1828—The Coahuila y Tejas legislature passed a law in May which made indentured servants, who had signed contracts in foreign countries, valid in Texas. The law was used by slaveholders to bring in addition slaves under the indentured servants law and keeping them in bondage for life, much like the long existing Mexican practice of peonage.

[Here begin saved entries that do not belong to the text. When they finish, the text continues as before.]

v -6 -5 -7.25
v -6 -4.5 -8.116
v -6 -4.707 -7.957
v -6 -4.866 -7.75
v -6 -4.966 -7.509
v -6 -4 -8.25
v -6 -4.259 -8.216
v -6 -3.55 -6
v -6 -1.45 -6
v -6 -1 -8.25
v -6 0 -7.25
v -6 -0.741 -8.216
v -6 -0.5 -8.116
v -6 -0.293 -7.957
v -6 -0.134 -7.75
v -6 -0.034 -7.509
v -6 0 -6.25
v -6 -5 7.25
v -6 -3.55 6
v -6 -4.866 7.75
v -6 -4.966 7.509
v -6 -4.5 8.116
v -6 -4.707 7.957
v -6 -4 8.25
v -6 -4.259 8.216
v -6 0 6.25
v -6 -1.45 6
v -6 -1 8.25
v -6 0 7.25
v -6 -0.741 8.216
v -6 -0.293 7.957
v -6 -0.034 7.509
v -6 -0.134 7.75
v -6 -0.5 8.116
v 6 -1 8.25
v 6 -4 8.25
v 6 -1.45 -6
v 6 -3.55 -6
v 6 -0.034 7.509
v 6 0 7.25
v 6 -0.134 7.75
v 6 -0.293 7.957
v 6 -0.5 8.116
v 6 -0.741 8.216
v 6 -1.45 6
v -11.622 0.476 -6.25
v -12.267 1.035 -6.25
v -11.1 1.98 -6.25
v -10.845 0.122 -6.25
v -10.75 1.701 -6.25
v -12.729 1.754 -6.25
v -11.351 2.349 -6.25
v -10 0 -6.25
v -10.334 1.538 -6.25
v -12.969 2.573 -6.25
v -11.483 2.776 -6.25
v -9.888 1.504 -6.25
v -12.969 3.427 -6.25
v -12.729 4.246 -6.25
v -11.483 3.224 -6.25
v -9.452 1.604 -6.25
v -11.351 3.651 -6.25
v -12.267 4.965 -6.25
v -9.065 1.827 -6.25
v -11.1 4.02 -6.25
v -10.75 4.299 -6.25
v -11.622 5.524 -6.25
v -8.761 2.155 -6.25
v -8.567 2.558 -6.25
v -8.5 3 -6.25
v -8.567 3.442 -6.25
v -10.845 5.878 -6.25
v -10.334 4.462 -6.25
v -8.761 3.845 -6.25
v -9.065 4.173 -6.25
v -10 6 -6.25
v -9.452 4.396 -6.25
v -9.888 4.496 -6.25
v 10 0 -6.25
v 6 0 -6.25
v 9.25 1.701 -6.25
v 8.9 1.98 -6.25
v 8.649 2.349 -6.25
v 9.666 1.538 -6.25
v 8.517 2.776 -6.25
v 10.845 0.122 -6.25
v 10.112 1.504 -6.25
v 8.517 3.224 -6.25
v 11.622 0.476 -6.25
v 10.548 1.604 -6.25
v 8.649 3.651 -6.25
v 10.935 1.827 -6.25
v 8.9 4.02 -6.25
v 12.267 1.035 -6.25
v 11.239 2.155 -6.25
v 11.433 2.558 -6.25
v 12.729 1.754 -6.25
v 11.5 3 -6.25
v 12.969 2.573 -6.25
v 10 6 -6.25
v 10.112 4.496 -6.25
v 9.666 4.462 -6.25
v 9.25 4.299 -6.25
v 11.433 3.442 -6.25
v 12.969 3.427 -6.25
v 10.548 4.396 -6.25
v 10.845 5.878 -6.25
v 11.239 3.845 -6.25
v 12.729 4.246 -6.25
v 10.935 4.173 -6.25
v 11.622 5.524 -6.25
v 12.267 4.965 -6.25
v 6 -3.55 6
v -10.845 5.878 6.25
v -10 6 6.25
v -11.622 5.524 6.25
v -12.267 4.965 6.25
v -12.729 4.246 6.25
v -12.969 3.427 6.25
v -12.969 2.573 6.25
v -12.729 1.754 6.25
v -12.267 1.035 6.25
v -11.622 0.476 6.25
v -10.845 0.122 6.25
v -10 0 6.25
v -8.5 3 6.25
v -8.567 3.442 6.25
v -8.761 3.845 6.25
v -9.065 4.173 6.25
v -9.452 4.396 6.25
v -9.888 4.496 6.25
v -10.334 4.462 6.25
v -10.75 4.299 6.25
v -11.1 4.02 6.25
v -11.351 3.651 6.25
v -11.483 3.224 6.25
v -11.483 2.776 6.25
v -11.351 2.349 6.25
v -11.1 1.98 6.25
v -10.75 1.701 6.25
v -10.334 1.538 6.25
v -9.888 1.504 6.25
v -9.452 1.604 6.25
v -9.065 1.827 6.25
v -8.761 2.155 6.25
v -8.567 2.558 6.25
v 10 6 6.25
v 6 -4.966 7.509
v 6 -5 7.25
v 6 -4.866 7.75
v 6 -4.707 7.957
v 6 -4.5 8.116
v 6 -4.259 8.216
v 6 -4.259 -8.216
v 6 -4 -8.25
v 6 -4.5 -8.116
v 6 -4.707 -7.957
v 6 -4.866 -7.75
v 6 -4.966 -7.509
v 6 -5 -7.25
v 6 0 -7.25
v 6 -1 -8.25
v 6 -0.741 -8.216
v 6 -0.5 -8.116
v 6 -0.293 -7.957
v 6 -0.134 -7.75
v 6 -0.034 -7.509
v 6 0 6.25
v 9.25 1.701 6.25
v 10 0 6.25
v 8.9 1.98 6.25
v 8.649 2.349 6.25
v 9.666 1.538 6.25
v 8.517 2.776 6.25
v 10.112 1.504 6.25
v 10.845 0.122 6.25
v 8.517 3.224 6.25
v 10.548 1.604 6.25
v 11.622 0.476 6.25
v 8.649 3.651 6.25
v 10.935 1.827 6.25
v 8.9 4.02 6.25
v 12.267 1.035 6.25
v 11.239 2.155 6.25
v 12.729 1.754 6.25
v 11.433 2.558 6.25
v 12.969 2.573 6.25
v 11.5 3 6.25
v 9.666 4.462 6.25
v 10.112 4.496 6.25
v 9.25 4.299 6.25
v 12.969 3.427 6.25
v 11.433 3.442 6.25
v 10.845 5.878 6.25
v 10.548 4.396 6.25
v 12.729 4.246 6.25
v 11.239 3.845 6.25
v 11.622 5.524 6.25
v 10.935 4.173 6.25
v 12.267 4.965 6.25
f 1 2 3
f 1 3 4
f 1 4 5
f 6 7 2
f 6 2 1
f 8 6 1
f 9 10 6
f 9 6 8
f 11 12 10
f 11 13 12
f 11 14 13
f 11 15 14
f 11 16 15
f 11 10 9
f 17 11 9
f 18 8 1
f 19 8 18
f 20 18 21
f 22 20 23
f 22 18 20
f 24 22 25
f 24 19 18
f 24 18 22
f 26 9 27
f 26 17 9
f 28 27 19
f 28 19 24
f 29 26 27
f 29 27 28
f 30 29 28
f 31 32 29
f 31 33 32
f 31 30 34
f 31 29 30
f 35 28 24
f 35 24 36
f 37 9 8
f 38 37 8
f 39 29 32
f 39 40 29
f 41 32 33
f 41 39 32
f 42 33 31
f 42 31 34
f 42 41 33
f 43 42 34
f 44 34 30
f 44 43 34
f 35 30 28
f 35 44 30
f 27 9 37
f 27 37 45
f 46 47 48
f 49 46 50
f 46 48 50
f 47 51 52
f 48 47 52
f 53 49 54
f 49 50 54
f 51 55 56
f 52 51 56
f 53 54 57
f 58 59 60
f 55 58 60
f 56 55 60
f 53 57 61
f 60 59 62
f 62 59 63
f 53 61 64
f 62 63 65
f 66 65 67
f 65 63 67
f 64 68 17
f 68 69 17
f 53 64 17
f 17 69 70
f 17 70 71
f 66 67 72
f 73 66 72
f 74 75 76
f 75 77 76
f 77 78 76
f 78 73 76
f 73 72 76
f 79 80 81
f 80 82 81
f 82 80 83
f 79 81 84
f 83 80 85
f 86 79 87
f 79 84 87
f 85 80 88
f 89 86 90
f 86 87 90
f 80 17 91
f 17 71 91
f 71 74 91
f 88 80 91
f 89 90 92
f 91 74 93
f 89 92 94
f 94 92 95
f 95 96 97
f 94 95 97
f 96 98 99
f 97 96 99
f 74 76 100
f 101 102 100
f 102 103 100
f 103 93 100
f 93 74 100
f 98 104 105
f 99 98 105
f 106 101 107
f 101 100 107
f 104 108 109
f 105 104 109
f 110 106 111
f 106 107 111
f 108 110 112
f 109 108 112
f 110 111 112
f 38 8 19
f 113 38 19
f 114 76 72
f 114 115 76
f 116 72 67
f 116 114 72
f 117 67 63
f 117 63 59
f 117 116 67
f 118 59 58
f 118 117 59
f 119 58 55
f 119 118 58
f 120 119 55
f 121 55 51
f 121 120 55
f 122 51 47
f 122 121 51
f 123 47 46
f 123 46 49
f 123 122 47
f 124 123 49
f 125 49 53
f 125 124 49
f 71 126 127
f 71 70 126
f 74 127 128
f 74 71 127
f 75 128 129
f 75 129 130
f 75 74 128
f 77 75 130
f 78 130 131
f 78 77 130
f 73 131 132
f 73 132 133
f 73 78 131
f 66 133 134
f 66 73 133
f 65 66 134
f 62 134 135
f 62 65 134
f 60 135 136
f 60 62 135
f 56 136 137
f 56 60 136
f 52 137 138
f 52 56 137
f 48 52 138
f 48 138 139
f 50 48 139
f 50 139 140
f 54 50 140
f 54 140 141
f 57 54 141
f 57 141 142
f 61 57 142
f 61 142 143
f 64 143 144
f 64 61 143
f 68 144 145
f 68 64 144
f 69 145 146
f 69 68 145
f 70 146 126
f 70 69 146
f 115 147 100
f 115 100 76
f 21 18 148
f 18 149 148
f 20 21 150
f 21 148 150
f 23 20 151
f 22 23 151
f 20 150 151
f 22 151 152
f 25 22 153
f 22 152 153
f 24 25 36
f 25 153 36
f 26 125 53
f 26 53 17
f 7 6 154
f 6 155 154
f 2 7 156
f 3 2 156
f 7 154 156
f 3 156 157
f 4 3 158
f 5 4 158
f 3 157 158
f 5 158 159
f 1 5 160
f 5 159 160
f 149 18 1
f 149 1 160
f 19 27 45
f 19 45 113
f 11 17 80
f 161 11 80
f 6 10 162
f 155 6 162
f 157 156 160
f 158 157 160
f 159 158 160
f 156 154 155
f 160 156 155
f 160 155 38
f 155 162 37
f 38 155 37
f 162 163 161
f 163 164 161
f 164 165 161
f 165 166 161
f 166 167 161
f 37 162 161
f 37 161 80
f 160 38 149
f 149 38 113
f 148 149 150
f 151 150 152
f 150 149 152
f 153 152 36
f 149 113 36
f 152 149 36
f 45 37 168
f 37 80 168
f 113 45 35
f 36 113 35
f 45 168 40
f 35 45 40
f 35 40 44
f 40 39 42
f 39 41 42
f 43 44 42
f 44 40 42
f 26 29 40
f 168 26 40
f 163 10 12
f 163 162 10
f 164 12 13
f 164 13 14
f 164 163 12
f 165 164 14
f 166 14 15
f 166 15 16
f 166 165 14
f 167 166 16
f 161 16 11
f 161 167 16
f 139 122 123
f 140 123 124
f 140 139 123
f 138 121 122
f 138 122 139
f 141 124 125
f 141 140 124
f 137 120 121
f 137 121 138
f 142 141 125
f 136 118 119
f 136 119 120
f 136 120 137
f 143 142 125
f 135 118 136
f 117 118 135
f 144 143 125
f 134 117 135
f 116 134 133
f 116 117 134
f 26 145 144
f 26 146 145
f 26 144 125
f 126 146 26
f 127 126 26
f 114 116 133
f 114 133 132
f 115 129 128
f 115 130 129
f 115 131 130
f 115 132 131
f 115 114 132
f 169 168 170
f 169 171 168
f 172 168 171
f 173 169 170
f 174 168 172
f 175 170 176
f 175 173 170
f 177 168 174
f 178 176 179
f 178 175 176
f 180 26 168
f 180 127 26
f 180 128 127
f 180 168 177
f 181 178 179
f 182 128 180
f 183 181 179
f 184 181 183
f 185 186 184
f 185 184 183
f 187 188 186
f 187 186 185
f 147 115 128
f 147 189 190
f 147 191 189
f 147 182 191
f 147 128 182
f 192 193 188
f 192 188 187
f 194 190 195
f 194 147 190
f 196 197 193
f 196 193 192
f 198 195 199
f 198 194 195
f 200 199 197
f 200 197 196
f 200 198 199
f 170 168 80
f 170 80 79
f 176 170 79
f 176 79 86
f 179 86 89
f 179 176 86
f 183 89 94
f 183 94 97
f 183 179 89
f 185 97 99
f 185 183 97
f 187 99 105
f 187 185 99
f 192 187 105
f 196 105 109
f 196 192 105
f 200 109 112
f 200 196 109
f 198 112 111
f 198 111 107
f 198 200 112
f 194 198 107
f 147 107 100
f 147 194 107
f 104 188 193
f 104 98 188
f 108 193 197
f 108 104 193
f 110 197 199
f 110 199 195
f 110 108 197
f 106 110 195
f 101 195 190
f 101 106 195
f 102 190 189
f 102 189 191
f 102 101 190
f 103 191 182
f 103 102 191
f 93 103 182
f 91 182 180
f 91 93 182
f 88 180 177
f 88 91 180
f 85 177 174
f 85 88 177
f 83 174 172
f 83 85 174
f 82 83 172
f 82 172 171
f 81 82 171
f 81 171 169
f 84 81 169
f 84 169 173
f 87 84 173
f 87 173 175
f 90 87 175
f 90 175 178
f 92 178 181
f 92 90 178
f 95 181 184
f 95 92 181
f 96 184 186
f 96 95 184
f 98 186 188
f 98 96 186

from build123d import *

# Parameters (mm, degrees)
F0_W     = 12
F0_H     = 16.5
F1_DEPTH = 5
F2_R     = 1.5
F3_DEPTH = 6.25
F4_W     = 2.1
F4_H     = 12
F5_DEPTH = 12
F6_R     = 1


with BuildPart() as f1:
    # F0 (on Front) → F1 (new body)
    with BuildSketch(Plane.XZ):
        Rectangle(F0_W, F0_H)
    extrude(amount=F1_DEPTH)

    # F2 (on Top) → F3 (join, symmetric)
    with BuildSketch(Plane.XY):
        with BuildLine():
            Line((-10, 0), (10, 0))
            ThreePointArc((10, 0), (13, 3), (10, 6))
            Line((10, 6), (-10, 6))
            ThreePointArc((-10, 6), (-13, 3), (-10, 0))
        make_face()
        with Locations((-10, 3)):
            Circle(F2_R, mode=Mode.SUBTRACT)
        with Locations((10, 3)):
            Circle(F2_R, mode=Mode.SUBTRACT)
    extrude(amount=F3_DEPTH, both=True)

    # F4 (on face) → F5 (cut, through all)
    with BuildSketch(Plane(origin=(-6, 0, 0), x_dir=(0, -1, 0), z_dir=(-1, 0, 0))):
        with Locations((2.5, 0)):
            Rectangle(F4_W, F4_H)
    extrude(amount=-F5_DEPTH, mode=Mode.SUBTRACT)

    # F6
    f6_edges = [f1.edges().sort_by_distance(p)[0] for p in [
        (0, -5, 8.25),
        (0, 0, 8.25),
        (0, 0, -8.25),
        (0, -5, -8.25),
    ]]
    fillet(f6_edges, radius=F6_R)


solid = f1.part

1829—The Mexican government failed to pass a law banning slavery throughout the nation. In an effort to prevent Spain from reacquiring the country, the Mexican congress granted President Vicente Ramón Guerrero Saldaña extraordinary executive powers. Jose Maria Tornel, president of the Chamber of Deputies (akin to the American Speaker of the House), persuaded Guerrero to exercise his executive authority to ban slavery outright, which he did on September 15. Later, however, even though the ban was never enforced, Jose Maria Viesca, governor of Coahuila y Tejas, convinced Guerrero to exempt Texas, which he did on December 2.
1830—On April 6 the Mexican congress did pass a law outlawing the introduction of new salves into Texas.
1831—The Nation Congress annulled the Guerrero decree banning slavery, making slavery once again legal in Mexico. It would remain so until 1837, when Congress passed an emancipation bill (nearly a year after Texas had won its independence).
1832—The legislature of Coahuila y Tejas limited contracts of indenture to ten years. However, since those who were indentured accumulated food, clothing, housing, and medical debts few, if any, were able to pay them at the end of their indentured period. Like Mexican peons, those in Texas continued in servitude generationally, making this system effectively hereditary slavery.
Slavery was (and is) an abhorrent and degrading evil, and an indelible stain on our nation and our state. But it simply was not the reason for rebellion against Mexican abuses in the mid-1830s. Part of the reason why slavery was not a consideration among those who led the rebellion, as stated earlier, was because from the perspective of Texans the Mexican government’s position on slavery was so slippery.